In general, it is preferable that engine torque (hereinafter, referred to as torque) of an internal combustion engine (hereinafter, referred to as an engine) be as constant (flat) as possible regardless of a speed. However, the torque of the engine is actually changed according to a speed. In the past, a torque increase resonator (hereinafter, referred to as a resonator) has been used to make the torque characteristics of the engine be as flat as possible. The resonator is an additional device that increases torque by improving the suction efficiency of air sucked into a combustion chamber through the amplification of pulsation of air (intake pulsation) that is generated as air flowing through an intake passage of the engine is sucked into the combustion chamber. The resonator amplifies intake pulsation by using Helmholtz resonance. When the frequency of intake pulsation (hereinafter, referred to as pulsation frequency) corresponds to the resonant frequency of the resonator, intake pulsation is increased and torque is increased.
Since pulsation frequency is changed according to an engine speed, the resonator is adapted so that resonance occurs at a desired engine speed (pulsation frequency) where torque is to be increased. However, as a frequency deviates from the resonant frequency in the resonator, torque is reduced. Accordingly, when the range of a speed where torque is to be increased is wide, a variable resonator switching a plurality of resonant frequencies is used.
JP 2011-241787A (Reference 1) discloses a resonator that is provided in a surge tank supplying intake air to an engine and includes a volume unit, a communication unit, and a resonant frequency switching unit. The communication unit connects the surge tank to the volume unit, and includes a communication passage that allows a tank chamber to communicate with a volume chamber. The resonant frequency switching unit switches a resonant frequency of the resonator into a first predetermined frequency and a second predetermined frequency by rotating a variable-volume partition plate according to an opening of a throttle and the speed of an engine by an actuator so as to change the volume of the volume chamber, the cross-sectional area of the communication passage, and the length of the communication passage.
JP 2001-123902A (Reference 2) discloses a resonator that includes a partition plate provided in a box body so as to be divided from a surge tank, a communication hole communicating with the surge tank and formed in the partition plate, and a movable plate including a plurality of communication pipes and rotated by an actuator. In the resonator, the movable plate is rotated according to drive conditions of an engine so that one of the plurality of communication pipes is matched to the communication hole. Accordingly, the surge tank and the resonator communicate with each other and a resonant frequency is changed.
Since the resonator has a function of amplifying intake pulsation in an intake manifold, a resonance pipe or a resonance chamber of the resonator requires strength that does not allow deformation even though strong pulsation is applied to the resonance pipe or the resonance chamber and high airtightness that retains pressure of intake pulsation.

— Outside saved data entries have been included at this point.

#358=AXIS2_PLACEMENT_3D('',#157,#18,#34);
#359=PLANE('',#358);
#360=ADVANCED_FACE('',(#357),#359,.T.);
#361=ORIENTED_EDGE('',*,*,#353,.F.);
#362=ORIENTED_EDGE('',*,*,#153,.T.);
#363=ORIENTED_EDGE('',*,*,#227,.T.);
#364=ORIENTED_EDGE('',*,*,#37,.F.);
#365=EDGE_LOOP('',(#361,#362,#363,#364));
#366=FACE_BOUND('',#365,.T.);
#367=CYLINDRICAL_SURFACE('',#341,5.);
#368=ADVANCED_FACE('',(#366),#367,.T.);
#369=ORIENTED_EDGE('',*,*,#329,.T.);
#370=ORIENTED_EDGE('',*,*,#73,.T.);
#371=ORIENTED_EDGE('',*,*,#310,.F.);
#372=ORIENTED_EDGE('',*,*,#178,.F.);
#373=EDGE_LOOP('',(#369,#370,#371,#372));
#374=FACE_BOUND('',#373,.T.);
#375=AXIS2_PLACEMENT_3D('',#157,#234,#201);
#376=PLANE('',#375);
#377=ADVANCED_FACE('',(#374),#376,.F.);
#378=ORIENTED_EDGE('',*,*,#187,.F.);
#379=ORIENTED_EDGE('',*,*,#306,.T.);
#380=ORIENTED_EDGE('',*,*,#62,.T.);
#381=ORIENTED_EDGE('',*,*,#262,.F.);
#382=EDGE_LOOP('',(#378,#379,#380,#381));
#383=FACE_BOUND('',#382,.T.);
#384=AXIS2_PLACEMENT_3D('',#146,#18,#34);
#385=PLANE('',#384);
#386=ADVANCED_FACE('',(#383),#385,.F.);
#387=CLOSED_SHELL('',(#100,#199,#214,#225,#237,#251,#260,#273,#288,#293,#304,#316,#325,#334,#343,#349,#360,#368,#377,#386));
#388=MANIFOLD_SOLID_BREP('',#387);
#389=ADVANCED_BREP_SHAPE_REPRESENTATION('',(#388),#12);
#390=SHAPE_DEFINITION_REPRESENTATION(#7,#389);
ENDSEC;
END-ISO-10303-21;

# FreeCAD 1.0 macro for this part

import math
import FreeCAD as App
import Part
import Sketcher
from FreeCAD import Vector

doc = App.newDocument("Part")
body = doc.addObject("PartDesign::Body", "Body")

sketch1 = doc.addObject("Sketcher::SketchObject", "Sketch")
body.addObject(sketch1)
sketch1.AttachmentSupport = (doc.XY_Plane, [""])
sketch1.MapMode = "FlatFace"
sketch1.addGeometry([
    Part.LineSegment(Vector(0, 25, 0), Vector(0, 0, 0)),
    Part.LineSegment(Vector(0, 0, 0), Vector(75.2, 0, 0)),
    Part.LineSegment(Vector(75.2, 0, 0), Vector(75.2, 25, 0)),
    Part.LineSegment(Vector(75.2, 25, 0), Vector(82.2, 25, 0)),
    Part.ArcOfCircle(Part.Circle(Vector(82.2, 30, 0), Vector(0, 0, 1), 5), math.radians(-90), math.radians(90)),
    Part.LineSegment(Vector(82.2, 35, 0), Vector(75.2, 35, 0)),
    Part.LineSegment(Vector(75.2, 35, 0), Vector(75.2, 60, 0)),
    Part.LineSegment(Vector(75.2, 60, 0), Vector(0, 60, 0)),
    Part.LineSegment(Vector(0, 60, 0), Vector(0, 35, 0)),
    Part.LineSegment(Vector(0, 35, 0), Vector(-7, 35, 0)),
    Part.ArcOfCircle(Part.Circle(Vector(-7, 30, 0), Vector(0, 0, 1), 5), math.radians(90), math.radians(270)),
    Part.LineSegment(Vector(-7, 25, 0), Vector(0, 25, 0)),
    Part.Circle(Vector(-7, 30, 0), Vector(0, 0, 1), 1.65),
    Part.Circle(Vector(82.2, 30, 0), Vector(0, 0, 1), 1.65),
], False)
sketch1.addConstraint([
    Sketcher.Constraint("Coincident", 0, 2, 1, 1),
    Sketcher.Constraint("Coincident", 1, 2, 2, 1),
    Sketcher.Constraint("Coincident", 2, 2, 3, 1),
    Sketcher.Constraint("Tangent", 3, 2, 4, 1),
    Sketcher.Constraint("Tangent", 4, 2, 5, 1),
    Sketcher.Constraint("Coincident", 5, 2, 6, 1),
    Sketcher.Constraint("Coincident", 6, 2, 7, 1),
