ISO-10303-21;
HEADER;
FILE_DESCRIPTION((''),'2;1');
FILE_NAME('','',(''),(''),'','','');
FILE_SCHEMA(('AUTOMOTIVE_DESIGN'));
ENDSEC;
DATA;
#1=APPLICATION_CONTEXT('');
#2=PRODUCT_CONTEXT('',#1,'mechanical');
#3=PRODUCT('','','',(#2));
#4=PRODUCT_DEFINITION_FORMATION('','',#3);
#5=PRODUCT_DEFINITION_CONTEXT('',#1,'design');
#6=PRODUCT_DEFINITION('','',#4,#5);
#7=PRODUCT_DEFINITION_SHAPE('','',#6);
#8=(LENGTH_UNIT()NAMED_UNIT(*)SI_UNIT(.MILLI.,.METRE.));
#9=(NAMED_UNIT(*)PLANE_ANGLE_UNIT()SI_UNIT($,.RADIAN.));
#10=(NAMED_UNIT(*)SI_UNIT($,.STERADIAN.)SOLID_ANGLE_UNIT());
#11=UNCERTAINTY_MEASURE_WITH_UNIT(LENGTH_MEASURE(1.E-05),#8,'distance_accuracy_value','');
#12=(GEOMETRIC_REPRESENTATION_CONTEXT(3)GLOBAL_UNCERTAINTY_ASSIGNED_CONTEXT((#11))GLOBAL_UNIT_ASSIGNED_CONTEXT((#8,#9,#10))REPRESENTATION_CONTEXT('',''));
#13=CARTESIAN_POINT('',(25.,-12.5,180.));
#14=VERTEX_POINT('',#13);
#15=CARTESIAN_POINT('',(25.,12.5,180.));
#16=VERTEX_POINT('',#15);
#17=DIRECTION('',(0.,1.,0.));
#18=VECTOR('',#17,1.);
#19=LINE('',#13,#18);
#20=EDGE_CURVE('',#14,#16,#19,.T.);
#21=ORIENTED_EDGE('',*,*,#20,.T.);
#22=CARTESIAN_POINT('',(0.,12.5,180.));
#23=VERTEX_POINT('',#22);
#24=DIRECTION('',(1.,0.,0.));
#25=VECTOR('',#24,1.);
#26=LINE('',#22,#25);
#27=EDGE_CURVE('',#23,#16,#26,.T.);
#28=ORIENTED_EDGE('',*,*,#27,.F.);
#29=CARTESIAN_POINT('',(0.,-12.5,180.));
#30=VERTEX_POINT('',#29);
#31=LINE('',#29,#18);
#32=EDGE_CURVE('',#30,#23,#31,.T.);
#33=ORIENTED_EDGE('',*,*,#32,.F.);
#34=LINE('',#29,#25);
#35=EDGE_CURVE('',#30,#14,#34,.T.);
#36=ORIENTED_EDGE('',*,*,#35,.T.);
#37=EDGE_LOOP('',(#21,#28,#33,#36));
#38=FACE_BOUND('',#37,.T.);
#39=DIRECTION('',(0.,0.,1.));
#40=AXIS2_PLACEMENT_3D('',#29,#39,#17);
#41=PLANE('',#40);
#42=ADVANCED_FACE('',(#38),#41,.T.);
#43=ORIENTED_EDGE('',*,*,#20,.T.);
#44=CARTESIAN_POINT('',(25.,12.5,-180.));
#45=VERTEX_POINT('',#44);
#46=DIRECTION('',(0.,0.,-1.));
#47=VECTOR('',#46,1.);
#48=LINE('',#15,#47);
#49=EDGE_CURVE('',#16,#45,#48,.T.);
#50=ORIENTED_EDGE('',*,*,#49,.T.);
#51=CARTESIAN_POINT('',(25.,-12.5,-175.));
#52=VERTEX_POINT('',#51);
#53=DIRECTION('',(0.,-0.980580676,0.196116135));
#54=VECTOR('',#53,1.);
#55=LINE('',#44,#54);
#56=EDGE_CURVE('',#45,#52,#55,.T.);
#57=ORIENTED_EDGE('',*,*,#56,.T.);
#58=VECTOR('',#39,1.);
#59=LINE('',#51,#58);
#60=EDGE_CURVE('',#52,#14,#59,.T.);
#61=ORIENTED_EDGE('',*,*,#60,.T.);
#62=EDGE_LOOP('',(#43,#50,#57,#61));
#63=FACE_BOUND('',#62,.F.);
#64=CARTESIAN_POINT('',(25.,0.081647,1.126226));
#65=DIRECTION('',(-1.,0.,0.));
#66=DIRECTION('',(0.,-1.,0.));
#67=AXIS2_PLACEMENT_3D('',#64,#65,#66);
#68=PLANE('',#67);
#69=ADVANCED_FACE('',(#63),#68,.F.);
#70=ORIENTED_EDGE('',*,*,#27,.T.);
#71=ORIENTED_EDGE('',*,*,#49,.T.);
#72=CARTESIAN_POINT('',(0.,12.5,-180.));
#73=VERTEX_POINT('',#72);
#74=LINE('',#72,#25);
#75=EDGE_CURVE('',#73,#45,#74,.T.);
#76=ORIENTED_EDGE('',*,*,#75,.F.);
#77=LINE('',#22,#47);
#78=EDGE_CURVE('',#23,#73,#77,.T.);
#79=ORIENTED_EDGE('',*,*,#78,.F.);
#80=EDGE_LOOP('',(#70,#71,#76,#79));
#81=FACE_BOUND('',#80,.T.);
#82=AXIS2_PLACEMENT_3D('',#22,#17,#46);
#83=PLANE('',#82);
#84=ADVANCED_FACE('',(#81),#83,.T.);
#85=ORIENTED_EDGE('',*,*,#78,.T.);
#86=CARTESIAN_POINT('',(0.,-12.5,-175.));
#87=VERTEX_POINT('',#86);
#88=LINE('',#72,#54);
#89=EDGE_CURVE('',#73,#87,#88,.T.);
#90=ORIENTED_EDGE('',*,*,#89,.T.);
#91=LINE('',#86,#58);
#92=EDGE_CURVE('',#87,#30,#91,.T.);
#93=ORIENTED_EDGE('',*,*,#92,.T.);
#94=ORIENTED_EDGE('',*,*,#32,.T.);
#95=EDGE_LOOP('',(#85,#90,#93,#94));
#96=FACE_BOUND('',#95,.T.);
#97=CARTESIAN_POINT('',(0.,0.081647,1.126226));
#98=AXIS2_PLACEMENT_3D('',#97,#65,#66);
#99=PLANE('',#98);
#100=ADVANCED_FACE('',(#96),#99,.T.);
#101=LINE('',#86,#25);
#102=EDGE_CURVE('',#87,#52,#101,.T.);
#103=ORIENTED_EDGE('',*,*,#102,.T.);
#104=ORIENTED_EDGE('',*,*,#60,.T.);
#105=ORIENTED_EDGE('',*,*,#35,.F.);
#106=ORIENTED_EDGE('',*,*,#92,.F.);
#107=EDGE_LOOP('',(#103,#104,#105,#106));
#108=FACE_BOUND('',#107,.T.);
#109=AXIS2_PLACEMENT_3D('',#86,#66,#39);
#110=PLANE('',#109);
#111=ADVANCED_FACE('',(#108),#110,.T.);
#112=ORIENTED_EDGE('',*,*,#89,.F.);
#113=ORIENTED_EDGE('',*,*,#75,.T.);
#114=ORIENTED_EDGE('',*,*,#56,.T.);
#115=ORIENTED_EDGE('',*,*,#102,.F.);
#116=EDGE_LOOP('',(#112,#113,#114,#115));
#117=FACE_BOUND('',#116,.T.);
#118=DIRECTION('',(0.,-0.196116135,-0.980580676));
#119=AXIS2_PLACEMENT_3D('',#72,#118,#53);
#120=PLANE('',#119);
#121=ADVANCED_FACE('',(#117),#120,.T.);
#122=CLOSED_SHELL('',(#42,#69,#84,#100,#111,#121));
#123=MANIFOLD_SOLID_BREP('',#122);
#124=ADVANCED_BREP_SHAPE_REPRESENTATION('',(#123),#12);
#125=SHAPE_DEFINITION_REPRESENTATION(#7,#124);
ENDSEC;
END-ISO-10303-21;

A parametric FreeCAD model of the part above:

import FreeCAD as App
import Part
import Sketcher
from FreeCAD import Vector
Q = App.Units.Quantity


def add_polygon(sketch, points):
    """Adds a closed chain of lines whose ends are joined by coincident constraints."""
    first, n = sketch.GeometryCount, len(points)
    for a, b in zip(points, points[1:] + points[:1]):
        sketch.addGeometry(Part.LineSegment(App.Vector(*a, 0), App.Vector(*b, 0)), False)
    for i in range(n):
        sketch.addConstraint(Sketcher.Constraint("Coincident", first + i, 2, first + (i + 1) % n, 1))

doc = App.newDocument("Part")
params = doc.addObject("Spreadsheet::Sheet", "Params")
for row, (alias, value) in enumerate([
    ("sketch1_width", "25 mm"),
    ("sketch1_height", "355 mm"),
    ("sketch1_height2", "360 mm"),
    ("pad1_length", "25 mm"),
], start=1):
    params.set(f"A{row}", alias)
    params.set(f"B{row}", "=" + value)
    params.setAlias(f"B{row}", alias)

body = doc.addObject("PartDesign::Body", "Body")

sketch1 = body.newObject("Sketcher::SketchObject", "Sketch")
sketch1.AttachmentSupport = (doc.getObject("YZ_Plane"), [""])
sketch1.MapMode = "FlatFace"
add_polygon(sketch1, [(12.5, 180), (-12.5, 180), (-12.5, -175), (12.5, -180)])
sketch1.addConstraint([
    Sketcher.Constraint("Horizontal", 0),
    Sketcher.Constraint("Vertical", 1),
    Sketcher.Constraint("Vertical", 3),
    Sketcher.Constraint("Symmetric", 0, 2, 2, 2, -1, 1),
    Sketcher.Constraint("DistanceX", 0, 2, 0, 1, Q("25 mm")),
    Sketcher.Constraint("DistanceY", 1, 2, 1, 1, Q("355 mm")),
    Sketcher.Constraint("DistanceY", 3, 1, 3, 2, Q("360 mm")),
])
sketch1.setExpression("Constraints[8]", "Params.sketch1_width")
sketch1.setExpression("Constraints[9]", "Params.sketch1_height")
sketch1.setExpression("Constraints[10]", "Params.sketch1_height2")
pad1 = body.newObject("PartDesign::Pad", "Pad")
pad1.Profile = sketch1
pad1.setExpression("Length", "Params.pad1_length")

doc.recompute()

Further, in a variable resonator, for the significant change of a resonant frequency of the resonator, it is necessary to significantly change one of the volume of the resonance chamber, the length of the resonance pipe, and the diameter of the resonance pipe or to simultaneously change two or three of them.
In JP 2011-241787A (Reference 1), all of the volume of the volume chamber, the cross-sectional area of the communication passage, and the length of the communication passage are significantly changed when a first fan-shaped partition plate and a second fan-shaped partition plate are rotated in directions opposite to each other together with the rotation of the variable-volume partition plate. For this reason, there is a concern that the structure of the resonator becomes complicated and increases in size. Furthermore, since the actuator rotating the variable-volume partition plate is positioned outside the volume chamber, a shaft (a rotating shaft of the actuator) on which the variable-volume partition plate or the first and second fan-shaped partition plates are mounted is disposed so as to pass through the volume chamber from the outside toward the inside. For this reason, there has been a problem in that it is difficult to ensure high airtightness even though, for example, a seal is provided.
In JP 2001-123902A (Reference 2), the actuator is provided in the resonator. However, in order to obtain a desired resonant frequency, airtightness should be ensured between the movable plate and the communication hole and a flow passage of air between the surge tank and the resonator should be formed by only the communication hole and the communication pipe. For this purpose, although not specified in JP 2001-123902A (Reference 2), for example, a seal made of rubber or the like needs to be provided on the outer periphery of an opening of the communication hole facing the resonator and the movable plate needs to be rotated while coming into contact with the seal. For this reason, there have been problems in that a frictional force caused by the contact between the movable plate and the seal is always generated during the rotation of the movable plate and an actuator having a large output is needed to smoothly rotate the movable plate. Further, even though the actuator having a large output can be used, there has been a problem in that the seal wears out with the rotation of the movable plate and airtightness deteriorates.